In my efforts to find good alternatives to PowerPoint for making a poster, I took the approach that I use to solve all my problems. I went to Google and typed in “poster software.”
This led me to the Poster Software website. When I first saw it, I immediately thought, “I hope the software is better than the website design.”
The website is seriously old school. The multiple coloured fonts, the little linky icons, reminded me of the early days of the web, circa the heyday of Geocities.
And the opening screen of Poster 8 is much the same. It rotates through different graphics, but they all have a very similar feel. Lots of different fonts, showing off multiple shading effects at random. It took me back to my days working with Windows 3.1. Or maybe a Radio Shack Color Computer 3. Okay, maybe that’s going a little too far, although several of the testimonials date to the late 1990s.
The program opened up with an letter sized page. I wanted to make a 4 foot by 3 foot poster, so I looked at how to change the page size.
And I got stopped.
I got sent to the “Printer setup” page, which had a convenient indicator of where to change page size.

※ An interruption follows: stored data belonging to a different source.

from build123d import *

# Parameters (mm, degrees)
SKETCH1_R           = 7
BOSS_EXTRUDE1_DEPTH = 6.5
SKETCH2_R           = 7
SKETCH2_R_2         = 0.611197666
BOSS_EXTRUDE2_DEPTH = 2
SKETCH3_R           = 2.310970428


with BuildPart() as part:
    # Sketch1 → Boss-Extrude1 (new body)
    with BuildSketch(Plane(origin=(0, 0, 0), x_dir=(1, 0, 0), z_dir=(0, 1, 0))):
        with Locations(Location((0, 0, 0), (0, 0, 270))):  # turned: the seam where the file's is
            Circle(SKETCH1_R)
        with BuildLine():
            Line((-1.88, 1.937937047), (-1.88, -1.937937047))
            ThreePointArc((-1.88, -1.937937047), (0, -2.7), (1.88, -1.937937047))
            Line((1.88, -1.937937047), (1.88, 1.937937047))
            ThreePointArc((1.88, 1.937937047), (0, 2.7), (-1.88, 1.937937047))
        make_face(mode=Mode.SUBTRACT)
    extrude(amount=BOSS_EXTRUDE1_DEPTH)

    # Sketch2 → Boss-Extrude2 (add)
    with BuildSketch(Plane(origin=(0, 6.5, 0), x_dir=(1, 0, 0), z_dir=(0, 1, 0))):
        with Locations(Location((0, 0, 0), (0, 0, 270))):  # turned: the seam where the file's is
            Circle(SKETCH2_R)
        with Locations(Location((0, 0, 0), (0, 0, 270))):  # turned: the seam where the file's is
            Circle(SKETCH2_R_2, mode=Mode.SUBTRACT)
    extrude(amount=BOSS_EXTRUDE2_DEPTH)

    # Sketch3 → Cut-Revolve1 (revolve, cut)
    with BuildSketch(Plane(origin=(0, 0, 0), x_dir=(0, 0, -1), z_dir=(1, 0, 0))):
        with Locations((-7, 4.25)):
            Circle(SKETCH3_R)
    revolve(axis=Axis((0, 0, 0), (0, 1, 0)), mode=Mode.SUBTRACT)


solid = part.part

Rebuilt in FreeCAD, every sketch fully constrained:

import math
import FreeCAD as App
import Part
import Sketcher
Q = App.Units.Quantity

doc = App.newDocument("Part")
body = doc.addObject("PartDesign::Body", "Body")

sketch1 = body.newObject("Sketcher::SketchObject", "Sketch")
sketch1.AttachmentSupport = (doc.getObject("XZ_Plane"), [""])
sketch1.MapMode = "FlatFace"
sketch1.addGeometry(Part.Circle(App.Vector(0, 0, 0), App.Vector(0, 0, 1), 7), False)
sketch1.addGeometry(Part.LineSegment(App.Vector(-1.9, 1.9, 0), App.Vector(-1.9, -1.9, 0)), False)
sketch1.addGeometry(Part.ArcOfCircle(Part.Circle(App.Vector(0, 0, 0), App.Vector(0, 0, 1), 2.7), math.radians(-134), math.radians(-46)), False)
sketch1.addGeometry(Part.LineSegment(App.Vector(1.9, -1.9, 0), App.Vector(1.9, 1.9, 0)), False)
sketch1.addGeometry(Part.ArcOfCircle(Part.Circle(App.Vector(0, 0, 0), App.Vector(0, 0, 1), 2.7), math.radians(46), math.radians(134)), False)
sketch1.addConstraint(Sketcher.Constraint("Coincident", 1, 2, 2, 1))
sketch1.addConstraint(Sketcher.Constraint("Coincident", 2, 2, 3, 1))
sketch1.addConstraint(Sketcher.Constraint("Coincident", 3, 2, 4, 1))
sketch1.addConstraint(Sketcher.Constraint("Coincident", 4, 2, 1, 1))
sketch1.addConstraint(Sketcher.Constraint("Vertical", 1))
sketch1.addConstraint(Sketcher.Constraint("Vertical", 3))
sketch1.addConstraint(Sketcher.Constraint("Coincident", 0, 3, -1, 1))
sketch1.addConstraint(Sketcher.Constraint("Coincident", 2, 3, -1, 1))
sketch1.addConstraint(Sketcher.Constraint("Coincident", 4, 3, -1, 1))
sketch1.addConstraint(Sketcher.Constraint("Equal", 2, 4))
sketch1.addConstraint(Sketcher.Constraint("Horizontal", 1, 2, 2, 2))
sketch1.addConstraint(Sketcher.Constraint("Diameter", 0, Q("14 mm")))
sketch1.addConstraint(Sketcher.Constraint("Radius", 2, Q("2.7 mm")))
sketch1.addConstraint(Sketcher.Constraint("DistanceX", 1, 2, -1, 1, Q("1.88 mm")))
pad1 = body.newObject("PartDesign::Pad", "Pad")
pad1.Profile = sketch1
pad1.Length = 6.5
pad1.Reversed = True

sketch2 = body.newObject("Sketcher::SketchObject", "Sketch001")
sketch2.AttachmentSupport = (doc.getObject("XZ_Plane"), [""])
sketch2.MapMode = "FlatFace"
sketch2.AttachmentOffset = App.Placement(App.Vector(0, 0, -6.5), App.Rotation())
sketch2.addGeometry(Part.Circle(App.Vector(0, 0, 0), App.Vector(0, 0, 1), 7), False)
sketch2.addGeometry(Part.Circle(App.Vector(0, 0, 0), App.Vector(0, 0, 1), 0.6), False)
sketch2.addConstraint(Sketcher.Constraint("Coincident", 0, 3, -1, 1))
sketch2.addConstraint(Sketcher.Constraint("Coincident", 1, 3, -1, 1))
sketch2.addConstraint(Sketcher.Constraint("Diameter", 0, Q("14 mm")))
sketch2.addConstraint(Sketcher.Constraint("Diameter", 1, Q("1.222395 mm")))
pad2 = body.newObject("PartDesign::Pad", "Pad001")
pad2.Profile = sketch2
pad2.Length = 2
pad2.Reversed = True

sketch3 = body.newObject("Sketcher::SketchObject", "Sketch002")
sketch3.AttachmentSupport = (doc.getObject("YZ_Plane"), [""])
sketch3.MapMode = "FlatFace"
sketch3.addGeometry(Part.Circle(App.Vector(4.2, 7, 0), App.Vector(0, 0, 1), 2.3), False)
sketch3.addConstraint(Sketcher.Constraint("DistanceY", -1, 1, 0, 3, Q("7 mm")))
sketch3.addConstraint(Sketcher.Constraint("Diameter", 0, Q("4.621941 mm")))
sketch3.addConstraint(Sketcher.Constraint("DistanceX", -1, 1, 0, 3, Q("4.25 mm")))
groove = body.newObject("PartDesign::Groove", "Groove")
groove.Profile = sketch3
groove.ReferenceAxis = (sketch3, ["H_Axis"])
groove.Angle = 360

doc.recompute()
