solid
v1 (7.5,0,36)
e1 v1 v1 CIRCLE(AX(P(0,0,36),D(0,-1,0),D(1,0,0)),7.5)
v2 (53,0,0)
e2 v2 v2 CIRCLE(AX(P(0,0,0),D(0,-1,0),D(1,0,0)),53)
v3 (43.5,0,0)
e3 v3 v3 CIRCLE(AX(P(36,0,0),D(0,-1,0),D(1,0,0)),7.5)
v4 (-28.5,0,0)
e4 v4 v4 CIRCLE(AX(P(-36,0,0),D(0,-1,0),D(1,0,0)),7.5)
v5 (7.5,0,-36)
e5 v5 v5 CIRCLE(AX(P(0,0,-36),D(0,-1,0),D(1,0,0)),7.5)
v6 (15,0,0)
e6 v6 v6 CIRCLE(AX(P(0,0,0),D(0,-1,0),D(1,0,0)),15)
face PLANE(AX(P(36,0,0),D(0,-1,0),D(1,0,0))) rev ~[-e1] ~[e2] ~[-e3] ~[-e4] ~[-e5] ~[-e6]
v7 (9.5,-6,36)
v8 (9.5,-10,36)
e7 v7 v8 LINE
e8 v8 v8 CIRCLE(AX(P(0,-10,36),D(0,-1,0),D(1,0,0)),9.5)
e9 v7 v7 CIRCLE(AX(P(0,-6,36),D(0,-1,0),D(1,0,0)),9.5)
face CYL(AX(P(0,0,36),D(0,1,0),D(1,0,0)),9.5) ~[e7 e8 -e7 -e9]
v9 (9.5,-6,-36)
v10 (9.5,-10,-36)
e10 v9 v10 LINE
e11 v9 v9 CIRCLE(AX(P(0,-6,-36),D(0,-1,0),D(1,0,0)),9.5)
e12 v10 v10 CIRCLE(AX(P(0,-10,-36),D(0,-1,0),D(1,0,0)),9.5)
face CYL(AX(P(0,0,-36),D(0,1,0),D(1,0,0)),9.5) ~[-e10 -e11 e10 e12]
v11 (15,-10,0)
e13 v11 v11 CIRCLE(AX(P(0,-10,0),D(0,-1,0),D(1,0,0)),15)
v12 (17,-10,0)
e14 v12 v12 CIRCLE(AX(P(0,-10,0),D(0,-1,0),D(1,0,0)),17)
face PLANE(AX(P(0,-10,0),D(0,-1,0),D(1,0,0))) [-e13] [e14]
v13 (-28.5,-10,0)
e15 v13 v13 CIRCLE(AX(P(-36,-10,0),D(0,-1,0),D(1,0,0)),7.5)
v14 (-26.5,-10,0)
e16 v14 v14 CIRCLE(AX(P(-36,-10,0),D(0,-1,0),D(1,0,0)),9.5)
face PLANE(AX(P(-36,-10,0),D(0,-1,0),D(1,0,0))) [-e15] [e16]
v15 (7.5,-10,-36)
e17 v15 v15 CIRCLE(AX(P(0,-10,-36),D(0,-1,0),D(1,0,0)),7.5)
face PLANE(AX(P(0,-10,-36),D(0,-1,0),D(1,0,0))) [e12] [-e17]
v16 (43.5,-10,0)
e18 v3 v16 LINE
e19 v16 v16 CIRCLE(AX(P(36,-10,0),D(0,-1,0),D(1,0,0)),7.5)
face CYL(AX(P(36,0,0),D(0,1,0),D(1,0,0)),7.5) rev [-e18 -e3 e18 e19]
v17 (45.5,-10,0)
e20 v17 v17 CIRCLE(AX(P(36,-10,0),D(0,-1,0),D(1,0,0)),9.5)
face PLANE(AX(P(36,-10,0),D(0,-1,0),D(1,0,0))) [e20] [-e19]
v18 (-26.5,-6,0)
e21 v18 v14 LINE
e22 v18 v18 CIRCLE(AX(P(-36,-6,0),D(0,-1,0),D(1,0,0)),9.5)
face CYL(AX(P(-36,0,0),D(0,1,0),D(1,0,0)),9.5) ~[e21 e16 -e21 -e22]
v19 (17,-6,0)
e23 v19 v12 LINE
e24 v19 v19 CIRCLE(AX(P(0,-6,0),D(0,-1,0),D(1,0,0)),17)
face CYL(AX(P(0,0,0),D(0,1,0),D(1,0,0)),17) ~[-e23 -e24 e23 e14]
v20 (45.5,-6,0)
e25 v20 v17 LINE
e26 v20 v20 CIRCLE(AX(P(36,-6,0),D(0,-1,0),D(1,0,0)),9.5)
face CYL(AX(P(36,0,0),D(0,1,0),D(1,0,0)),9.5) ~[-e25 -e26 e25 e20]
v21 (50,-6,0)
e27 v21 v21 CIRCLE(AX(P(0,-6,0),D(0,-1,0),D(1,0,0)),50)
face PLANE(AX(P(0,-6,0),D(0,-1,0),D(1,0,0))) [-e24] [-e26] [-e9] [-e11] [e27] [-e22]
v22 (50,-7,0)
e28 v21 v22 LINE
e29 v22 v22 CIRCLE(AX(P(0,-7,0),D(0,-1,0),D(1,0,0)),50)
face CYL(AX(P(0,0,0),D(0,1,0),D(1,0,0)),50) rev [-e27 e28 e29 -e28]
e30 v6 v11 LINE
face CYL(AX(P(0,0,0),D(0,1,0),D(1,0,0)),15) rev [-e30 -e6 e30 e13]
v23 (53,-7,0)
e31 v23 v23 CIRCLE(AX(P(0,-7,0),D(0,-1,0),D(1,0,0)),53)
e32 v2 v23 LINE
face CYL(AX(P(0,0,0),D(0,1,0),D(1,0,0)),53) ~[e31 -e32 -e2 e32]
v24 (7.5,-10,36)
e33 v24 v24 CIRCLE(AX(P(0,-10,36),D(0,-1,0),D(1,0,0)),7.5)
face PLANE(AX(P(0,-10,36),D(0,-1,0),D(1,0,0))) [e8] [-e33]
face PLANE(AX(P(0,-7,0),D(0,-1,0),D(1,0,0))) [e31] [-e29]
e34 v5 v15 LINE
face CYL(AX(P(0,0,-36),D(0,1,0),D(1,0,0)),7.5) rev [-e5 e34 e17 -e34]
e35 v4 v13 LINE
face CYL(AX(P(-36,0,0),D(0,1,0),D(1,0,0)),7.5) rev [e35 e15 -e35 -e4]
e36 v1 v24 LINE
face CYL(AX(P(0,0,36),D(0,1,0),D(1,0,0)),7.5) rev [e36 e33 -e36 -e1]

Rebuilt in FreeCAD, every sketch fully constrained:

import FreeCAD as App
import Part
import Sketcher
from FreeCAD import Vector

doc = App.newDocument("Part")
params = doc.addObject("Spreadsheet::Sheet", "Params")
for row, (alias, value) in enumerate([
    ("sketch1_diameter", "106 mm"),
    ("sketch1_diameter2", "100 mm"),
    ("pad1_length", "7 mm"),
    ("sketch2_diameter", "100 mm"),
    ("sketch2_diameter2", "19 mm"),
    ("sketch2_diameter3", "34 mm"),
    ("pad2_length", "6 mm"),
    ("sketch3_diameter", "19 mm"),
    ("sketch3_diameter2", "15 mm"),
    ("sketch3_diameter3", "34 mm"),
    ("sketch3_diameter4", "30 mm"),
    ("pad3_length", "10 mm"),
], start=1):
    params.set(f"A{row}", alias)
    params.set(f"B{row}", "=" + value)
    params.setAlias(f"B{row}", alias)

body = doc.addObject("PartDesign::Body", "Body")

# Sketch on XZ plane
sketch1 = body.newObject("Sketcher::SketchObject", "Sketch")
sketch1.AttachmentSupport = (doc.getObject("XZ_Plane"), [""])
sketch1.MapMode = "FlatFace"
sketch1.addGeometry(Part.Circle(Vector(0, 0, 0), Vector(0, 0, 1), 53), False)
sketch1.addGeometry(Part.Circle(Vector(0, 0, 0), Vector(0, 0, 1), 50), False)
sketch1.addConstraint(Sketcher.Constraint("Coincident", 0, 3, -1, 1))
sketch1.addConstraint(Sketcher.Constraint("Coincident", 1, 3, -1, 1))
sketch1.addConstraint(Sketcher.Constraint("Diameter", 0, 106.0))
sketch1.addConstraint(Sketcher.Constraint("Diameter", 1, 100.0))
sketch1.setExpression("Constraints[2]", "Params.sketch1_diameter")
sketch1.setExpression("Constraints[3]", "Params.sketch1_diameter2")
pad1 = body.newObject("PartDesign::Pad", "Pad")
pad1.Profile = sketch1
pad1.setExpression("Length", "Params.pad1_length")

# Sketch on XZ plane
sketch2 = body.newObject("Sketcher::SketchObject", "Sketch001")
sketch2.AttachmentSupport = (doc.getObject("XZ_Plane"), [""])
sketch2.MapMode = "FlatFace"
sketch2.addGeometry(Part.Circle(Vector(0, 0, 0), Vector(0, 0, 1), 50), False)
sketch2.addGeometry(Part.Circle(Vector(0, -36, 0), Vector(0, 0, 1), 9.5), False)
sketch2.addGeometry(Part.Circle(Vector(-36, 0, 0), Vector(0, 0, 1), 9.5), False)
sketch2.addGeometry(Part.Circle(Vector(0, 0, 0), Vector(0, 0, 1), 17), False)
sketch2.addGeometry(Part.Circle(Vector(36, 0, 0), Vector(0, 0, 1), 9.5), False)
sketch2.addGeometry(Part.Circle(Vector(0, 36, 0), Vector(0, 0, 1), 9.5), False)
sketch2.addConstraint(Sketcher.Constraint("Coincident", 0, 3, -1, 1))
sketch2.addConstraint(Sketcher.Constraint("Coincident", 3, 3, -1, 1))
sketch2.addConstraint(Sketcher.Constraint("Equal", 1, 2))
sketch2.addConstraint(Sketcher.Constraint("Equal", 2, 4))
sketch2.addConstraint(Sketcher.Constraint("Equal", 4, 5))
sketch2.addConstraint(Sketcher.Constraint("Symmetric", 2, 3, 4, 3, -1, 1))
sketch2.addConstraint(Sketcher.Constraint("Symmetric", 1, 3, 5, 3, -1, 1))
sketch2.addConstraint(Sketcher.Constraint("PointOnObject", 1, 3, -2))
sketch2.addConstraint(Sketcher.Constraint("PointOnObject", 2, 3, -1))
sketch2.addConstraint(Sketcher.Constraint("Diameter", 0, 100.0))
sketch2.addConstraint(Sketcher.Constraint("Diameter", 1, 19.0))
sketch2.addConstraint(Sketcher.Constraint("Diameter", 3, 34.0))
sketch2.addConstraint(Sketcher.Constraint("DistanceY", 1, 3, -1, 1, 36.0))
sketch2.addConstraint(Sketcher.Constraint("DistanceX", 2, 3, -1, 1, 36.0))
sketch2.setExpression("Constraints[9]", "Params.sketch2_diameter")
sketch2.setExpression("Constraints[10]", "Params.sketch2_diameter2")
sketch2.setExpression("Constraints[11]", "Params.sketch2_diameter3")
pad2 = body.newObject("PartDesign::Pad", "Pad001")
pad2.Profile = sketch2
pad2.setExpression("Length", "Params.pad2_length")

# Sketch on XZ plane
sketch3 = body.newObject("Sketcher::SketchObject", "Sketch002")
sketch3.AttachmentSupport = (doc.getObject("XZ_Plane"), [""])
sketch3.MapMode = "FlatFace"
sketch3.addGeometry(Part.Circle(Vector(36, 0, 0), Vector(0, 0, 1), 9.5), False)
sketch3.addGeometry(Part.Circle(Vector(36, 0, 0), Vector(0, 0, 1), 7.5), False)
sketch3.addGeometry(Part.Circle(Vector(0, 0, 0), Vector(0, 0, 1), 17), False)
sketch3.addGeometry(Part.Circle(Vector(0, 0, 0), Vector(0, 0, 1), 15), False)
sketch3.addGeometry(Part.Circle(Vector(0, 36, 0), Vector(0, 0, 1), 9.5), False)
sketch3.addGeometry(Part.Circle(Vector(0, 36, 0), Vector(0, 0, 1), 7.5), False)
sketch3.addGeometry(Part.Circle(Vector(-36, 0, 0), Vector(0, 0, 1), 9.5), False)
sketch3.addGeometry(Part.Circle(Vector(-36, 0, 0), Vector(0, 0, 1), 7.5), False)
sketch3.addGeometry(Part.Circle(Vector(0, -36, 0), Vector(0, 0, 1), 9.5), False)
sketch3.addGeometry(Part.Circle(Vector(0, -36, 0), Vector(0, 0, 1), 7.5), False)
sketch3.addConstraint(Sketcher.Constraint("Coincident", 2, 3, -1, 1))
sketch3.addConstraint(Sketcher.Constraint("Coincident", 3, 3, -1, 1))
sketch3.addConstraint(Sketcher.Constraint("Coincident", 1, 3, 0, 3))
sketch3.addConstraint(Sketcher.Constraint("Coincident", 5, 3, 4, 3))
sketch3.addConstraint(Sketcher.Constraint("Coincident", 7, 3, 6, 3))
sketch3.addConstraint(Sketcher.Constraint("Coincident", 9, 3, 8, 3))
sketch3.addConstraint(Sketcher.Constraint("Equal", 0, 4))
sketch3.addConstraint(Sketcher.Constraint("Equal", 1, 5))
sketch3.addConstraint(Sketcher.Constraint("Equal", 4, 6))
sketch3.addConstraint(Sketcher.Constraint("Equal", 5, 7))
sketch3.addConstraint(Sketcher.Constraint("Equal", 6, 8))
sketch3.addConstraint(Sketcher.Constraint("Equal", 7, 9))
sketch3.addConstraint(Sketcher.Constraint("Symmetric", 0, 3, 6, 3, -1, 1))
sketch3.addConstraint(Sketcher.Constraint("Symmetric", 4, 3, 8, 3, -1, 1))
sketch3.addConstraint(Sketcher.Constraint("PointOnObject", 0, 3, -1))
sketch3.addConstraint(Sketcher.Constraint("PointOnObject", 4, 3, -2))
sketch3.addConstraint(Sketcher.Constraint("Diameter", 0, 19.0))
sketch3.addConstraint(Sketcher.Constraint("Diameter", 1, 15.0))
sketch3.addConstraint(Sketcher.Constraint("Diameter", 2, 34.0))
sketch3.addConstraint(Sketcher.Constraint("Diameter", 3, 30.0))
sketch3.addConstraint(Sketcher.Constraint("DistanceX", -1, 1, 0, 3, 36.0))
sketch3.addConstraint(Sketcher.Constraint("DistanceY", -1, 1, 4, 3, 36.0))
sketch3.setExpression("Constraints[16]", "Params.sketch3_diameter")
sketch3.setExpression("Constraints[17]", "Params.sketch3_diameter2")
sketch3.setExpression("Constraints[18]", "Params.sketch3_diameter3")
sketch3.setExpression("Constraints[19]", "Params.sketch3_diameter4")
pad3 = body.newObject("PartDesign::Pad", "Pad002")
pad3.Profile = sketch3
pad3.setExpression("Length", "Params.pad3_length")

doc.recompute()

The problem was, this led to the standard “printer properties” window. I was supposed to set up the page dimensions there. But I had normal, boring desktop printers, not any capable of printing something 4 by 3 feet. So I couldn’t set the paper size as large as I needed.
So my experience with Poster 8 software ended after less (much less) than 10 minutes.
There is a PDF converter, but it’s not available in the trial version. And I wasn’t enticed enough to shell out the cash for the full version. My overall impression was that this might be great for printing a banner for a garage sale, but it wasn’t going to deliver the goods for a serious technical poster for an academic conference.